The owner: Major-league commissioner Bud Selig owned the Brewers from 1970 to '98.

"It's a remarkable story," Selig said. "He's having a great year. He's as dedicated an athlete and player as I've known. I'm happy for him. He made it on merit.

"I remember when I first met him. The pick was controversial. There was Will Clark that year, Rafael Palmeiro, a few others. It was quite a year in every way. Our people were very high on B. J.

"He made it to the big leagues quickly. I remember the Brewers playing the Yankees in a huge game in '87, his rookie year. He laid down a drag bunt to second base and beat it out with the bases loaded to win a game for the Brewers. He was great. He was versatile. He played hurt. He always played hard.

"Frankly, I had hoped he would stay here. But I understood completely when he left [Surhoff's wife, Polly, has said that 75 percent of his decision to sign with the Orioles in 1996 was to secure better care for their son, Mason, who has a form of autism].

"I know he agonized over it, really agonized over it. I have a lot of respect for B. J. He had his priorities in life straight. There are more important things than whether I was happy or not if he stayed in Milwaukee.

"B. J. had a terrific career here. As it turns out, he was a damn good pick. Thirteen years later, he's a tremendous major-league baseball player."

The manager: Orioles farm director Tom Trebelhorn was Surhoff's manager with the Brewers from 1987 to '91.

"I always thought he was better than his batting average," Trebelhorn said. "He was one guy I let hit 3-0 every time. I told Davey Johnson when he came in to let the guy hit 3-0 -- he'll look for a pitch, focus on one pitch. If he gets it, he'll hammer it. And if he doesn't, he'll take it.

"I always thought he was a tremendously gifted offensive player, a great line-drive bat. He always had tremendous hand-eye coordination. He played only one full season in the minors and hit .299 in his first year in the major leagues.
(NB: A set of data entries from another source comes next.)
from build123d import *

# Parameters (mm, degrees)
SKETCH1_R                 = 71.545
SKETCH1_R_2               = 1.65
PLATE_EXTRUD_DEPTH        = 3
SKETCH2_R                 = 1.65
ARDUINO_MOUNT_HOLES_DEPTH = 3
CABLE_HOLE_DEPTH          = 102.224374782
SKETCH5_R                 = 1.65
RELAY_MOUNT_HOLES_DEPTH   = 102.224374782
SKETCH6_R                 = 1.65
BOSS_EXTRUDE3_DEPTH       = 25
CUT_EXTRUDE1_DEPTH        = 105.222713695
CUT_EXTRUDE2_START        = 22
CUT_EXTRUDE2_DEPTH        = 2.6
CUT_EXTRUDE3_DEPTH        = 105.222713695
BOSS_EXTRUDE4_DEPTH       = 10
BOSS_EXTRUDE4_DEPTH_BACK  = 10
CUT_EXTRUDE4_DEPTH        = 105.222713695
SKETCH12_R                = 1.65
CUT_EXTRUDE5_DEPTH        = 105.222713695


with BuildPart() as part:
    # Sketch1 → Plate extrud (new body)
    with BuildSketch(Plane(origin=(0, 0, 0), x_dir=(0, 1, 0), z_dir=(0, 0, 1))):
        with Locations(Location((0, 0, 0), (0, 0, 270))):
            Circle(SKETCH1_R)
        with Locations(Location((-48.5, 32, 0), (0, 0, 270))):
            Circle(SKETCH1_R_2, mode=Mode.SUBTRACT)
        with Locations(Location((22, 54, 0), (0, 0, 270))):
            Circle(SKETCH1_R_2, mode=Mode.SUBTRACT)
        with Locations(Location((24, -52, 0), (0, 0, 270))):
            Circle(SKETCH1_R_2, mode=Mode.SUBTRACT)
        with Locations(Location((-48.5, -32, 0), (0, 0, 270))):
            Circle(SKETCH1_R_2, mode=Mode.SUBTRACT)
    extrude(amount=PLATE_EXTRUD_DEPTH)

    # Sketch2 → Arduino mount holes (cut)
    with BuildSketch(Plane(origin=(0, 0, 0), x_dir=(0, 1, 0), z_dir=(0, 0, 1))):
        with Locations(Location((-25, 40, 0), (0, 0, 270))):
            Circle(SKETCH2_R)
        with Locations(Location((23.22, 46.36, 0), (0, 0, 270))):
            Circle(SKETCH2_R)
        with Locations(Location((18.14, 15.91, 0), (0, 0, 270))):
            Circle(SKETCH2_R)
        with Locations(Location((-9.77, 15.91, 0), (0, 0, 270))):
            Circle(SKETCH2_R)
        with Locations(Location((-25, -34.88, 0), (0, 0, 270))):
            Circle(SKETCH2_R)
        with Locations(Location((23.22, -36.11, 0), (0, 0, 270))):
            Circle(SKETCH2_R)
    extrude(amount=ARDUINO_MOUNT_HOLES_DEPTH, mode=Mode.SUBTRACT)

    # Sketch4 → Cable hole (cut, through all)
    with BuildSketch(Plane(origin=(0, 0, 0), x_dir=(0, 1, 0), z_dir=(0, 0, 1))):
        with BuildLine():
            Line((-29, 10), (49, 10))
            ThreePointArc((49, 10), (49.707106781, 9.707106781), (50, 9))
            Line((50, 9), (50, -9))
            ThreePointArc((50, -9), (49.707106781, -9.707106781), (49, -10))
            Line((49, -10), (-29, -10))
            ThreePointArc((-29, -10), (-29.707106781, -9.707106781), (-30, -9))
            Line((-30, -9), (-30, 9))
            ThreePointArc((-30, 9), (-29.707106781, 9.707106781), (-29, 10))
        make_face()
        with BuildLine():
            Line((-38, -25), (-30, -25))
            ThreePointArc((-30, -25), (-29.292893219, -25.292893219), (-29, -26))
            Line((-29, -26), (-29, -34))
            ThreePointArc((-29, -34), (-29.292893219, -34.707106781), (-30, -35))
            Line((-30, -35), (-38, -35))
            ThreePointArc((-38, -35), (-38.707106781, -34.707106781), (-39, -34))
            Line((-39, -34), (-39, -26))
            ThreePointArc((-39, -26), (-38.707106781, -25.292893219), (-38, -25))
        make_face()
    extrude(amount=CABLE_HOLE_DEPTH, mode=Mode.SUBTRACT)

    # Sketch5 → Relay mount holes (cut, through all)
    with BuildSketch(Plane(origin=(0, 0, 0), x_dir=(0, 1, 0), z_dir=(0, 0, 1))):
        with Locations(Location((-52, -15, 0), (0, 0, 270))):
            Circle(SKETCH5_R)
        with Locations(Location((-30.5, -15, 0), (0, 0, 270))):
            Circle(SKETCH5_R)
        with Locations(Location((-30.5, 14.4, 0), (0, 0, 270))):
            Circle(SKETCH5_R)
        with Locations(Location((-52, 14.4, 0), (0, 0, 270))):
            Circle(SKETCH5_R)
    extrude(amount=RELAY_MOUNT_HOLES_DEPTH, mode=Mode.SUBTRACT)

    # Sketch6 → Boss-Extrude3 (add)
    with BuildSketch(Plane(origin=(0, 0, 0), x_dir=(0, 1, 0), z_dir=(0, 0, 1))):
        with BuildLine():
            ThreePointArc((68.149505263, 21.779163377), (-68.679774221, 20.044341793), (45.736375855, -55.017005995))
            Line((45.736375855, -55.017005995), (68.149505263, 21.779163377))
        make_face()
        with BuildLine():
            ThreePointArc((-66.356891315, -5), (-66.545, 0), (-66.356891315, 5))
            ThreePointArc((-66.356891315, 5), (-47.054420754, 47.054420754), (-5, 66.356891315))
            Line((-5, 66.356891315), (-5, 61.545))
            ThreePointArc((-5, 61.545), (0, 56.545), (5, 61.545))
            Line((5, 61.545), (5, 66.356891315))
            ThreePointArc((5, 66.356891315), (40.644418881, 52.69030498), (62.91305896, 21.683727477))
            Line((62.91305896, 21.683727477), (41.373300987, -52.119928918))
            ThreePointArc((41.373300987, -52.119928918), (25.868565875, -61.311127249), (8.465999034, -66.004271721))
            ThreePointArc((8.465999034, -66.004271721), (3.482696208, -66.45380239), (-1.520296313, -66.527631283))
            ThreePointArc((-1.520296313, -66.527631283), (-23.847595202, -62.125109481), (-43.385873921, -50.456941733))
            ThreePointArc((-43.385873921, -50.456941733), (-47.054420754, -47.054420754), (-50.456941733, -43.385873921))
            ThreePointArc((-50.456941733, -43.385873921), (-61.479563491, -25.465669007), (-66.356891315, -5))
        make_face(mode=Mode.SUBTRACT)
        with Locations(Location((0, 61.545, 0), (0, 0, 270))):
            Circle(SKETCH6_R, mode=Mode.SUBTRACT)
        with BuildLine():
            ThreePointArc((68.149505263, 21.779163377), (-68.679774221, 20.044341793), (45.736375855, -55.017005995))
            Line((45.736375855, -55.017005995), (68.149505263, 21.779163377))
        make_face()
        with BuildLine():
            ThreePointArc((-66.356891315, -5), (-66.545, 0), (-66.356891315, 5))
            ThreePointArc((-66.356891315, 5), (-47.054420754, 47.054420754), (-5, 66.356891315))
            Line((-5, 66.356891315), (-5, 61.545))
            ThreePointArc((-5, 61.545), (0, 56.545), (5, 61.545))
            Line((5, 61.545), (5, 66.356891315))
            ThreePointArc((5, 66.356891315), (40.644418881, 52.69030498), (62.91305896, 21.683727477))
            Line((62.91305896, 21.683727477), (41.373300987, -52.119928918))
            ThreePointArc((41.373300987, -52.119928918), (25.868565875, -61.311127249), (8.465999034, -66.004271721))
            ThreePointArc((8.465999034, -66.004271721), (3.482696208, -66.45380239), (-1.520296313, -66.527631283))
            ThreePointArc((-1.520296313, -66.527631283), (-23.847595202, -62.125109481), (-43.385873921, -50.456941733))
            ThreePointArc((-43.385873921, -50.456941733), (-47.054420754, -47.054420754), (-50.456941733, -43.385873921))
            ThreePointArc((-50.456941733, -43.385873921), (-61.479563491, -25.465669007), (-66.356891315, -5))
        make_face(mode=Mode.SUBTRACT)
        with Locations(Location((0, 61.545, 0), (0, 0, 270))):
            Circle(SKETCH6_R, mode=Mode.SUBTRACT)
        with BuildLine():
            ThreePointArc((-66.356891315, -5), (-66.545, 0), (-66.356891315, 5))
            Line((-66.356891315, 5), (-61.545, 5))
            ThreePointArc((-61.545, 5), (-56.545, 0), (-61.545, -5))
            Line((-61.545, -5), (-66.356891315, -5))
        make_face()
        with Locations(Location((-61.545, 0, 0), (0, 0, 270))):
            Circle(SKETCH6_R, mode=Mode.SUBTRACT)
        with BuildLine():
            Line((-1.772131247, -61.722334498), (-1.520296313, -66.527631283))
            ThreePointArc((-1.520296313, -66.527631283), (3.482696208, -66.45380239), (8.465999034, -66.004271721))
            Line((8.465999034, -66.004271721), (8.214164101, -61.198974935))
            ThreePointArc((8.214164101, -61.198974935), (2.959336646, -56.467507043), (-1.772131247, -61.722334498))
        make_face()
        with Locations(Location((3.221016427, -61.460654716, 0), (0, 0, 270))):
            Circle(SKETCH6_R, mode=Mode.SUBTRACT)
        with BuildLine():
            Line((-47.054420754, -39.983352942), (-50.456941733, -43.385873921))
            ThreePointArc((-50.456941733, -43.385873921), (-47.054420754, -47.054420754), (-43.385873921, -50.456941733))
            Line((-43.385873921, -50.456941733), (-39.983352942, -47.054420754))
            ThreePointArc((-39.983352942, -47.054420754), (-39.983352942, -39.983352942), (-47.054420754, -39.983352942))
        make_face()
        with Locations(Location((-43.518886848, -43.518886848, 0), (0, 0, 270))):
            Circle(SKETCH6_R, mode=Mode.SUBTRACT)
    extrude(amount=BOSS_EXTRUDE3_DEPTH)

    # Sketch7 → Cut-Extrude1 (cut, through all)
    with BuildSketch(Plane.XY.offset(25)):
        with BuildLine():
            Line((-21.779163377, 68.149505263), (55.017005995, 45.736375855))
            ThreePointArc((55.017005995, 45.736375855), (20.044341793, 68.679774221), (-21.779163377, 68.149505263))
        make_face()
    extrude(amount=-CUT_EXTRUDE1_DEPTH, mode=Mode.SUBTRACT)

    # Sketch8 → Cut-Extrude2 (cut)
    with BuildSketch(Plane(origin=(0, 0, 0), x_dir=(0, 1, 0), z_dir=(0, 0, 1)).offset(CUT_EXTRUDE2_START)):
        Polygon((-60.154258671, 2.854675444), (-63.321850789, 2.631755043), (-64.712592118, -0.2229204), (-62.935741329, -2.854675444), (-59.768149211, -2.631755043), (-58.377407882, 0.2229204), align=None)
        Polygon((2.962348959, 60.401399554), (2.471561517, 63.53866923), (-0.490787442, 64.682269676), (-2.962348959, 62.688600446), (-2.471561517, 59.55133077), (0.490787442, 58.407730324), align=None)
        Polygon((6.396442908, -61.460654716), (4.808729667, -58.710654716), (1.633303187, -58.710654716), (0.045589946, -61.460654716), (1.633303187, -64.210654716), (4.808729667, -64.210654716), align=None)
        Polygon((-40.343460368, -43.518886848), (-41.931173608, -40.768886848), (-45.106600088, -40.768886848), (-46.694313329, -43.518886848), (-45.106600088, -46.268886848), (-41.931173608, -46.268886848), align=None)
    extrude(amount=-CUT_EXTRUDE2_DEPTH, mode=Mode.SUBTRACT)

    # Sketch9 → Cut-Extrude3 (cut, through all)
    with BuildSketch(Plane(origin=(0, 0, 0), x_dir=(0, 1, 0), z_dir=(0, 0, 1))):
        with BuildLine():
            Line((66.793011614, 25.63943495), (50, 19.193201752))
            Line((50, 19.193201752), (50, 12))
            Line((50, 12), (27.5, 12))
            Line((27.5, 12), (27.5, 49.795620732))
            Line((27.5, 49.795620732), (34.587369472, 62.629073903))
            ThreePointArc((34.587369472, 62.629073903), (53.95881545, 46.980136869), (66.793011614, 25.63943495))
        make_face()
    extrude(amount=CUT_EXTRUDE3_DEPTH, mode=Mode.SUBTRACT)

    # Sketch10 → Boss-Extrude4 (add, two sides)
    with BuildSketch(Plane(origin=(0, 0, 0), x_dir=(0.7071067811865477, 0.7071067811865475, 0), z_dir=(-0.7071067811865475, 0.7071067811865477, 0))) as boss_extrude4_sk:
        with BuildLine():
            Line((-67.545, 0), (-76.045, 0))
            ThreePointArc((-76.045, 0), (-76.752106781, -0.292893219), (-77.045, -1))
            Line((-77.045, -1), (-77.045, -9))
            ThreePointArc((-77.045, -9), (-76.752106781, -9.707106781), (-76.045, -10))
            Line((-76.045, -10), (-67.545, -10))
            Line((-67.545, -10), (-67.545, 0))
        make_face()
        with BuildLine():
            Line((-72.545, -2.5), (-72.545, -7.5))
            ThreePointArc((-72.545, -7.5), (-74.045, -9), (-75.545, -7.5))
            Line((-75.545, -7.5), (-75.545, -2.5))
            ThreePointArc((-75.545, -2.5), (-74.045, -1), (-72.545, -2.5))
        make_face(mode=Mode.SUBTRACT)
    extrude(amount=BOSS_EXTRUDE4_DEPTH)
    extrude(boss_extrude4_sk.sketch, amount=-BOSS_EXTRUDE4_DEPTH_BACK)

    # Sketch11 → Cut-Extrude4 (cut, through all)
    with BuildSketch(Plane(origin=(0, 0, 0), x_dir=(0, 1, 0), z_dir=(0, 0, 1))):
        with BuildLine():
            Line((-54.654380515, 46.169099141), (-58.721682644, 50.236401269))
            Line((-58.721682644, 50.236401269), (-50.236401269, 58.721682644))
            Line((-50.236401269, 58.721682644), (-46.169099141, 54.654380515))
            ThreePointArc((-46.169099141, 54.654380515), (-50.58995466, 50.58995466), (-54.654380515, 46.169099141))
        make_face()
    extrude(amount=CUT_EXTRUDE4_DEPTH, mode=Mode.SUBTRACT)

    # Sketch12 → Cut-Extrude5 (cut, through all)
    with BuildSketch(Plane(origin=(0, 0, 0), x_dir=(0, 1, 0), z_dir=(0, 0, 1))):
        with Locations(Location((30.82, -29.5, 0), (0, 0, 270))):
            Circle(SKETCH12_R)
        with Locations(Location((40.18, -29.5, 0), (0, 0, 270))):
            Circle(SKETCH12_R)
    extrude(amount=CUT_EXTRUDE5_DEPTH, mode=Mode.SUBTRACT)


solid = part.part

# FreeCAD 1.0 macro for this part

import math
import FreeCAD as App
import Part
import Sketcher
from FreeCAD import Vector
Q = App.Units.Quantity


def add_polygon(sketch, points):
    """Adds a closed chain of lines whose ends are joined by coincident constraints."""
    first, n = sketch.GeometryCount, len(points)
    for a, b in zip(points, points[1:] + points[:1]):
        sketch.addGeometry(Part.LineSegment(App.Vector(*a, 0), App.Vector(*b, 0)), False)
    for i in range(n):
        sketch.addConstraint(Sketcher.Constraint("Coincident", first + i, 2, first + (i + 1) % n, 1))

doc = App.newDocument("Part")
params = doc.addObject("Spreadsheet::Sheet", "Params")
for row, (alias, value) in enumerate([
    ("sketch1_diameter", "3.3 mm"),
    ("sketch1_diameter2", "143.09 mm"),
    ("pad1_length", "3 mm"),
    ("sketch2_diameter", "3.3 mm"),
    ("pocket1_length", "3 mm"),
    ("sketch3_radius", "1 mm"),
    ("sketch3_width", "18 mm"),
    ("sketch3_width2", "8 mm"),
    ("sketch3_height", "78 mm"),
    ("sketch4_diameter", "3.3 mm"),
    ("sketch5_radius", "5 mm"),
    ("sketch5_diameter", "3.3 mm"),
    ("sketch5_length", "80 mm"),
    ("pad2_length", "25 mm"),
    ("sketch6_length", "80 mm"),
    ("pocket5_length", "2.6 mm"),
    ("sketch8_height", "22.5 mm"),
    ("sketch9_radius", "1 mm"),
    ("sketch9_radius2", "1.5 mm"),
    ("sketch9_height", "8 mm"),
    ("sketch9_height2", "5 mm"),
    ("sketch9_width", "8.5 mm"),
    ("pad3_length", "10 mm"),
    ("pad3_length2", "10 mm"),
    ("sketch10_length", "12 mm"),
    ("sketch11_diameter", "3.3 mm"),
], start=1):
    params.set(f"A{row}", alias)
    params.set(f"B{row}", "=" + value)
    params.setAlias(f"B{row}", alias)

body = doc.addObject("PartDesign::Body", "Body")

sketch1 = doc.addObject("Sketcher::SketchObject", "Sketch")
body.addObject(sketch1)
sketch1.AttachmentSupport = (doc.XY_Plane, [""])
sketch1.MapMode = "FlatFace"
sketch1.addGeometry([
    Part.Circle(Vector(0, 0, 0), Vector(0, 0, 1), 71.5),
    Part.Circle(Vector(-32, -48.5, 0), Vector(0, 0, 1), 1.6),
    Part.Circle(Vector(32, -48.5, 0), Vector(0, 0, 1), 1.6),
    Part.Circle(Vector(-54, 22, 0), Vector(0, 0, 1), 1.6),
    Part.Circle(Vector(52, 24, 0), Vector(0, 0, 1), 1.6),
], False)
sketch1.addConstraint([
    Sketcher.Constraint("Coincident", 0, 3, -1, 1),
    Sketcher.Constraint("Equal", 1, 2),
    Sketcher.Constraint("Equal", 2, 3),
    Sketcher.Constraint("Equal", 3, 4),
    Sketcher.Constraint("Symmetric", 1, 3, 2, 3, -2),
    Sketcher.Constraint("Diameter", 1, Q("3.3 mm")),
    Sketcher.Constraint("Diameter", 0, Q("143.09 mm")),
    Sketcher.Constraint("DistanceX", 1, 3, -1, 1, Q("32 mm")),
"He's physically stronger now, and still has that great hand-eye coordination. With maturity, too, comes a better understanding of what he has to do to be successful. And to a certain extent, the pitching is not tough. Not to take anything away from B. J., but we've got to face some realities here. There are some astronomical things going on offensively in baseball.

"He's still impatient with himself. He's harder on himself than anyone. But with his experience, his energies are now focused a bit better. He can handle the fact that he's going to make some outs. When he was younger, he didn't like facing that reality."

The teammate: Paul Molitor, Surhoff's teammate with the Brewers from 1987 to '92, is now a television broadcaster with the Minnesota Twins.

"I always remember B. J., ever since he was a No. 1 pick, as being somebody very hungry to learn," Molitor said. "He always tried to learn how to play the game the right way. He's always been hard on himself. Probably he was too hard on himself when he was younger, but he matured.

"He has had an unbelievable first half on a team that has struggled. He's a very deserving All-Star."